#### STORED DATA:
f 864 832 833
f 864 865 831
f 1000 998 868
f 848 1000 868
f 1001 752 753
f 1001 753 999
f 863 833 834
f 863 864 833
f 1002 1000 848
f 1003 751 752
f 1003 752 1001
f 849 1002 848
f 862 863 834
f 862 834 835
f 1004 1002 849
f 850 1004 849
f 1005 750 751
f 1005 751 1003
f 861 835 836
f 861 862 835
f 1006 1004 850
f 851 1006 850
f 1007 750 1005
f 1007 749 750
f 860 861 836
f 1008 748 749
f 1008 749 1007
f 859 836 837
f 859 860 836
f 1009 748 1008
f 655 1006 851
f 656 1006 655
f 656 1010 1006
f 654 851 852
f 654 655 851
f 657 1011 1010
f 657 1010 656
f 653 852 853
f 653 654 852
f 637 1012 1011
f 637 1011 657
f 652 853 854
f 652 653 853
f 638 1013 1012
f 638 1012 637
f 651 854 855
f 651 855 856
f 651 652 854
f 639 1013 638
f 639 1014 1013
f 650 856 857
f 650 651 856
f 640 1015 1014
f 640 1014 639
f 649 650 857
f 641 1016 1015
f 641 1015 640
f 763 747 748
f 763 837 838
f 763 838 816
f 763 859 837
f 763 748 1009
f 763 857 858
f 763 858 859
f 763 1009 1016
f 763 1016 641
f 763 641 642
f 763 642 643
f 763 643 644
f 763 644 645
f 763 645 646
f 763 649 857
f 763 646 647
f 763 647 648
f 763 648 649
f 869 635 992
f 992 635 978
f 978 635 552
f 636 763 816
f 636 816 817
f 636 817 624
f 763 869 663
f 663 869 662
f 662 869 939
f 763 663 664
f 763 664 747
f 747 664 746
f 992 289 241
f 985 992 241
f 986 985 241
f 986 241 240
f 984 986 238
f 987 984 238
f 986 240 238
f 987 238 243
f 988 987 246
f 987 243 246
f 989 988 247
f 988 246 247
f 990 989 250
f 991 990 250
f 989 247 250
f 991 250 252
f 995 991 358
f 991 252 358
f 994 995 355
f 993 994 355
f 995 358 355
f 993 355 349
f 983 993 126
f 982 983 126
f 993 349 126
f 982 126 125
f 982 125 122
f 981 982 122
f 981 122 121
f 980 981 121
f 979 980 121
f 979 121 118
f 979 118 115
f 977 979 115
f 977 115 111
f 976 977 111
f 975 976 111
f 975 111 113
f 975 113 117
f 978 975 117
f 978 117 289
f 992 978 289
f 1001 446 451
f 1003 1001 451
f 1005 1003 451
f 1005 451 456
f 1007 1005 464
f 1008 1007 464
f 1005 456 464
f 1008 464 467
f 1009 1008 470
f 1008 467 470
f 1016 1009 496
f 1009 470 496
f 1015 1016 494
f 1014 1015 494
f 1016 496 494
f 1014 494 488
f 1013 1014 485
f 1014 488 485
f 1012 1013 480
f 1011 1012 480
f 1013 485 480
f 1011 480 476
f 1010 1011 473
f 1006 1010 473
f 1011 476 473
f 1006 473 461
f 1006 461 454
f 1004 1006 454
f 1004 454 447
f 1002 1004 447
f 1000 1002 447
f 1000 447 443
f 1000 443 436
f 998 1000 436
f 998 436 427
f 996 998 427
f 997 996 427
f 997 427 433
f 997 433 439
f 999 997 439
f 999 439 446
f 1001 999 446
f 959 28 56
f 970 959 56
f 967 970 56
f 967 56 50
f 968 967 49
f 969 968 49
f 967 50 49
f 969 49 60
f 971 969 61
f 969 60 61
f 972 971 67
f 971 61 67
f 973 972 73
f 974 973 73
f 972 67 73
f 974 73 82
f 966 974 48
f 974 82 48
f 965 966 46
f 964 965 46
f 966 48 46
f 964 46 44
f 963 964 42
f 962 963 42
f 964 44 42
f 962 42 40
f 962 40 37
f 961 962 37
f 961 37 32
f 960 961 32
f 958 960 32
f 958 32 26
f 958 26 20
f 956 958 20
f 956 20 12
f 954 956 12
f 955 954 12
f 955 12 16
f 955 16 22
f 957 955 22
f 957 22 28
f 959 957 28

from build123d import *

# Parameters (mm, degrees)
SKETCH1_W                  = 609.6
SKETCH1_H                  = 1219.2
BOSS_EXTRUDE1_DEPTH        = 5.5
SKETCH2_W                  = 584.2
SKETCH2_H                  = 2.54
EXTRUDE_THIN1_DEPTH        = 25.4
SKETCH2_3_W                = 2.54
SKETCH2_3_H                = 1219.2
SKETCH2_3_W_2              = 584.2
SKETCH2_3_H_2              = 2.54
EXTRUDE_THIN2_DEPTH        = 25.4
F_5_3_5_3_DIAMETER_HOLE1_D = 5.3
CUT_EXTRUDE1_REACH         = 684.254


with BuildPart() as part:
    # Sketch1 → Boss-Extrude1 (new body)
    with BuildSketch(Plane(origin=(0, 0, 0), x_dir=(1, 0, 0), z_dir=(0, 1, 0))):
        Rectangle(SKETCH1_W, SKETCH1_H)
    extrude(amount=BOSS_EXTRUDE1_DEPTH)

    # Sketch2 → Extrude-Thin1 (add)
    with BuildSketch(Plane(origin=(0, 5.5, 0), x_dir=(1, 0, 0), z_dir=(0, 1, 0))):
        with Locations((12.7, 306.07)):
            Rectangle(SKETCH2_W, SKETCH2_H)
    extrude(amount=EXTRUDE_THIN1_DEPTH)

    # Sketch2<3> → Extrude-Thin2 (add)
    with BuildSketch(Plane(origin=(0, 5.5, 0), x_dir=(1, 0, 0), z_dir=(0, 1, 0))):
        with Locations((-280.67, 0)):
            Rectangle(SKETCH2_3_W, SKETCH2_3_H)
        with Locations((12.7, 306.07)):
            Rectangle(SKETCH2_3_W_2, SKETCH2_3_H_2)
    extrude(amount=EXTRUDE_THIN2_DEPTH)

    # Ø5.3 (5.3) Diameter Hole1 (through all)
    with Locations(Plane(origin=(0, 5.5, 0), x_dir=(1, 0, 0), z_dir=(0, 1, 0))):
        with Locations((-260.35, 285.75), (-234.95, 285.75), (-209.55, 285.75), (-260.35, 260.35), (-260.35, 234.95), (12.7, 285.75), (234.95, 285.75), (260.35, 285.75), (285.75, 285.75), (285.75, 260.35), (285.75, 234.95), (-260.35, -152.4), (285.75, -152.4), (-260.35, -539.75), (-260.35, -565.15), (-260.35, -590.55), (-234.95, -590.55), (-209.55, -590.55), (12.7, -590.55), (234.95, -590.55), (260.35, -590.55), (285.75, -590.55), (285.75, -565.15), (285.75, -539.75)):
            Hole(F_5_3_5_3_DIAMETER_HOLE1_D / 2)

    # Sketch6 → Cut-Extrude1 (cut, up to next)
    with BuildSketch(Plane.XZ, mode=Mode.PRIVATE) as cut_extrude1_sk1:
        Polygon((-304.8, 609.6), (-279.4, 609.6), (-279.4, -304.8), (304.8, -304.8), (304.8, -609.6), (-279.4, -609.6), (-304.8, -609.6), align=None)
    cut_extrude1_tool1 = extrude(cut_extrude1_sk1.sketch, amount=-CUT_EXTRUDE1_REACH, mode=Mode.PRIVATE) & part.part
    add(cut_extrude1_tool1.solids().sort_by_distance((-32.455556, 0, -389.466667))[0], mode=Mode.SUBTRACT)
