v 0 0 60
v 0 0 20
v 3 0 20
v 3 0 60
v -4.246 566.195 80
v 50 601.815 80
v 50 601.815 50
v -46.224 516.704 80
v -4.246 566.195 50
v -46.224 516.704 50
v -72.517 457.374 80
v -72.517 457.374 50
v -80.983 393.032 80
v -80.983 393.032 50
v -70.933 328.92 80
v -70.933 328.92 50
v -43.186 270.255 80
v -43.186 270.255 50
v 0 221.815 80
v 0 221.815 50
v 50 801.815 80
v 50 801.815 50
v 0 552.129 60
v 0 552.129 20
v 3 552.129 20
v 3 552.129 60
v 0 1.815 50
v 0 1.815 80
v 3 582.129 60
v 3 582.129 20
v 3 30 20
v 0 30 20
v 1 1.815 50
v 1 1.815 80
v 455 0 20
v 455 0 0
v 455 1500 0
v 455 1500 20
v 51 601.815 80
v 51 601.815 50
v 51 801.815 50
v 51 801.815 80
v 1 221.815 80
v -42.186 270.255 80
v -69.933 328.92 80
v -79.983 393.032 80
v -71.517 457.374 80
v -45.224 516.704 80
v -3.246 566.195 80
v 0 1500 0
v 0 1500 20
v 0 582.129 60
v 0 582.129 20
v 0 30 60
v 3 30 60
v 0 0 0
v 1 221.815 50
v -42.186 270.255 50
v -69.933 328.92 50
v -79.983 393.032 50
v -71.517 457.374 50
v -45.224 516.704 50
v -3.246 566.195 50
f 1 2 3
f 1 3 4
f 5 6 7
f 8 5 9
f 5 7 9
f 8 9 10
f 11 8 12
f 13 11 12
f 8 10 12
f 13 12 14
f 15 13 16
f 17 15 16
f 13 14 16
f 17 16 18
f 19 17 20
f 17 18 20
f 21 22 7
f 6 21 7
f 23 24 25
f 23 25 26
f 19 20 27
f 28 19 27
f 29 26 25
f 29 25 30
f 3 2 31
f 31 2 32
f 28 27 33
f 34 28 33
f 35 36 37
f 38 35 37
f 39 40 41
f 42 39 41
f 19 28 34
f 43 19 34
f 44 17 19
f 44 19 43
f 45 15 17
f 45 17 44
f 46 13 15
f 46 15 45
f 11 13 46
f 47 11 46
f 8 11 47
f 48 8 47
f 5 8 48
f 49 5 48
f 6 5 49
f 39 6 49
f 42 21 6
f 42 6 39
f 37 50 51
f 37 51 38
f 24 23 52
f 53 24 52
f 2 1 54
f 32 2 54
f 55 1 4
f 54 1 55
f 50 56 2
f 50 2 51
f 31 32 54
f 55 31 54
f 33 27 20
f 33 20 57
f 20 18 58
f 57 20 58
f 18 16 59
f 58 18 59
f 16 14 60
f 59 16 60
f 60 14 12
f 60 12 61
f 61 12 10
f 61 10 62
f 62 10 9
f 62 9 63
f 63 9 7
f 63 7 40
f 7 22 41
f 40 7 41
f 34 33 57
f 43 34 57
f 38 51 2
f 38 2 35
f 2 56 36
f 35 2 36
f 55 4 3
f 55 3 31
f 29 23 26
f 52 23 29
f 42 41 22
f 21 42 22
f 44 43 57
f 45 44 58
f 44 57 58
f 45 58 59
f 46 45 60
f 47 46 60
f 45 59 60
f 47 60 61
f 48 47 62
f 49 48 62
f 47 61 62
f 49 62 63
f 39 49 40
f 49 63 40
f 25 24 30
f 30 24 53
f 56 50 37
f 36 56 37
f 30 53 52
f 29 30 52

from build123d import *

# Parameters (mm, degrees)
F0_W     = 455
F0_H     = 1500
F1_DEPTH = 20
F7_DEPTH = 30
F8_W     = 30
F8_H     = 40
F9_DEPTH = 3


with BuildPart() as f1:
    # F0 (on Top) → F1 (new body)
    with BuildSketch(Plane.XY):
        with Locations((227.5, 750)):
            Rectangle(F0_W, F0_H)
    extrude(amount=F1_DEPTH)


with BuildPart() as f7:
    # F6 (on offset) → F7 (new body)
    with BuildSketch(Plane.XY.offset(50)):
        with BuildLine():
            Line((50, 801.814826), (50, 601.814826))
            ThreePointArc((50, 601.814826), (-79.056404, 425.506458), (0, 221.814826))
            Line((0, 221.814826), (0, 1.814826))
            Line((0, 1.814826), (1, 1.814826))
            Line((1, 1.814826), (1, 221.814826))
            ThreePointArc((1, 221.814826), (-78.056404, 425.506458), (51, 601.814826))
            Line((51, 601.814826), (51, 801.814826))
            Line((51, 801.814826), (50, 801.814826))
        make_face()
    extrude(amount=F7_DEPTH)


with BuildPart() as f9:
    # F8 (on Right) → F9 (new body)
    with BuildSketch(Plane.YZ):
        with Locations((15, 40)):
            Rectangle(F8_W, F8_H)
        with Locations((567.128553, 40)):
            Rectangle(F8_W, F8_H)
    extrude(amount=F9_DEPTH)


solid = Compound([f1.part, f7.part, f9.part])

#### WHAT TO WORK ON:
Quote exactly the stretch of lines above that starts at the first one and ends at the line with "f 656 1010 1006", and nothing beyond it.

#### ANSWER BOX:
f 864 832 833
f 864 865 831
f 1000 998 868
f 848 1000 868
f 1001 752 753
f 1001 753 999
f 863 833 834
f 863 864 833
f 1002 1000 848
f 1003 751 752
f 1003 752 1001
f 849 1002 848
f 862 863 834
f 862 834 835
f 1004 1002 849
f 850 1004 849
f 1005 750 751
f 1005 751 1003
f 861 835 836
f 861 862 835
f 1006 1004 850
f 851 1006 850
f 1007 750 1005
f 1007 749 750
f 860 861 836
f 1008 748 749
f 1008 749 1007
f 859 836 837
f 859 860 836
f 1009 748 1008
f 655 1006 851
f 656 1006 655
f 656 1010 1006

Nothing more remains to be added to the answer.